Her yıl olduğu gibi, bu yıl da yönetmeliklerde, yasalarda yeni yeni kararlar, uygulamalar, ders konularında değişiklikler ve ders saatlarında da azalma veya yükselme olmakta, sınavtürlerinde değişiklikler olmaktadır.
İlk önce bu sene ilk ve ortaöğretim ders saatlarında yapılan değişikliklere bir göz atalım.

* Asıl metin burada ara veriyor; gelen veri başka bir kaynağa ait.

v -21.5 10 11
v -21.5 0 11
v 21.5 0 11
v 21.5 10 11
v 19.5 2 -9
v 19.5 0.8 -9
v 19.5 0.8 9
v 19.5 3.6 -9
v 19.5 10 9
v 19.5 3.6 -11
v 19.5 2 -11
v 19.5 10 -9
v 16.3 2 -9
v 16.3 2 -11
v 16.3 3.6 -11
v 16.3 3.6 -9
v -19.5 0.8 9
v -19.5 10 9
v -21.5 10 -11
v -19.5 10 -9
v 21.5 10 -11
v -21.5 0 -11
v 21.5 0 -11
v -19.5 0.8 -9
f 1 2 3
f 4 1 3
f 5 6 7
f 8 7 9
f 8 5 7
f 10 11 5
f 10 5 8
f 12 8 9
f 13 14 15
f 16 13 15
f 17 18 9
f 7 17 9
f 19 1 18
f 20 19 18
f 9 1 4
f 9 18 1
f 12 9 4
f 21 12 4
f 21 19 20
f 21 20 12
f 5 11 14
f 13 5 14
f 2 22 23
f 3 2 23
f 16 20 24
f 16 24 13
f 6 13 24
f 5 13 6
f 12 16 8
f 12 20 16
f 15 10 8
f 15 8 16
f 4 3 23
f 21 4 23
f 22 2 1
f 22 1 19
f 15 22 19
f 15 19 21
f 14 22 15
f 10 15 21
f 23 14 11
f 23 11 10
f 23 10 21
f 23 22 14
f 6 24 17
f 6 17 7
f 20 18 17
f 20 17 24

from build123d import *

# Parameters (mm, degrees)
SKETCH_1_W          = 43
SKETCH_1_H          = 22
EXTRUDE_2_DEPTH     = 10
SKETCH_3_W          = 39
SKETCH_3_H          = 18
CUT_EXTRUDE_1_DEPTH = 9.2
SKETCH_4_W          = 3.2
SKETCH_4_H          = 1.6
CUT_EXTRUDE_2_DEPTH = 2


with BuildPart() as part:
    # Эскиз1 → Бобышка-Вытянуть2 (new body)
    with BuildSketch(Plane(origin=(0, 0, 0), x_dir=(1, 0, 0), z_dir=(0, 1, 0))):
        Rectangle(SKETCH_1_W, SKETCH_1_H)
    extrude(amount=EXTRUDE_2_DEPTH)

    # Эскиз3 → Вырез-Вытянуть1 (cut)
    with BuildSketch(Plane(origin=(0, 10, 0), x_dir=(1, 0, 0), z_dir=(0, 1, 0))):
        Rectangle(SKETCH_3_W, SKETCH_3_H)
    extrude(amount=-CUT_EXTRUDE_1_DEPTH, mode=Mode.SUBTRACT)

    # Эскиз4 → Вырез-Вытянуть2 (cut)
    with BuildSketch(Plane(origin=(0, 0, -11), x_dir=(-1, 0, 0), z_dir=(0, 0, -1))):
        with Locations((-17.9, 2.8)):
            Rectangle(SKETCH_4_W, SKETCH_4_H)
    extrude(amount=-CUT_EXTRUDE_2_DEPTH, mode=Mode.SUBTRACT)


solid = part.part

Edinilen bilgiye göre, İlköğretim Genel Müdürlüğü ile Talim ve Terbiye Kurulu Başkanlığı’nın koordineli çalışmaları sonucunda hazırlanan "İlköğretim Okulu Haftalık Ders Çizelgesi" gelecek eğitim-öğretim yılı olan 2010-2011 öğretim yılında, ilköğretim okullarının, haftalık zorunlu ders saati sayısı toplamı 1., 2. ve 3. sınıflarda 25’e, ilköğretim 4. ve 5. sınıflarda ise 26 ders saatine indirildi.
Buna ilave olarak ilköğretim 1., 2. ve 3. sınıflarda 5, ilköğretim 4. ve 5. sınıflarında 4 ders saati "Serbest Etkinlikler" yapılacak.
İlköğretim 6., 7. ve 8. sınıflarda ise seçmeli ders saati sayısı ile birlikte haftalık ders saati sayısı toplamı 30 olacak.
Düzenlemeyle haftalık ders saati sayısı ilköğretim 1-3. sınıf Türkçe derslerinde 12’den 11’e, 1-3. sınıf Hayat Bilgisi derslerinde 5’ten 4’e, 4-5. sınıf Fen ve Teknoloji derslerinde 4’den 3’e, 8. sınıf T.C. İnkılap Tarihi ve Atatürkçülük dersinde 3’den 2’ye indirildi.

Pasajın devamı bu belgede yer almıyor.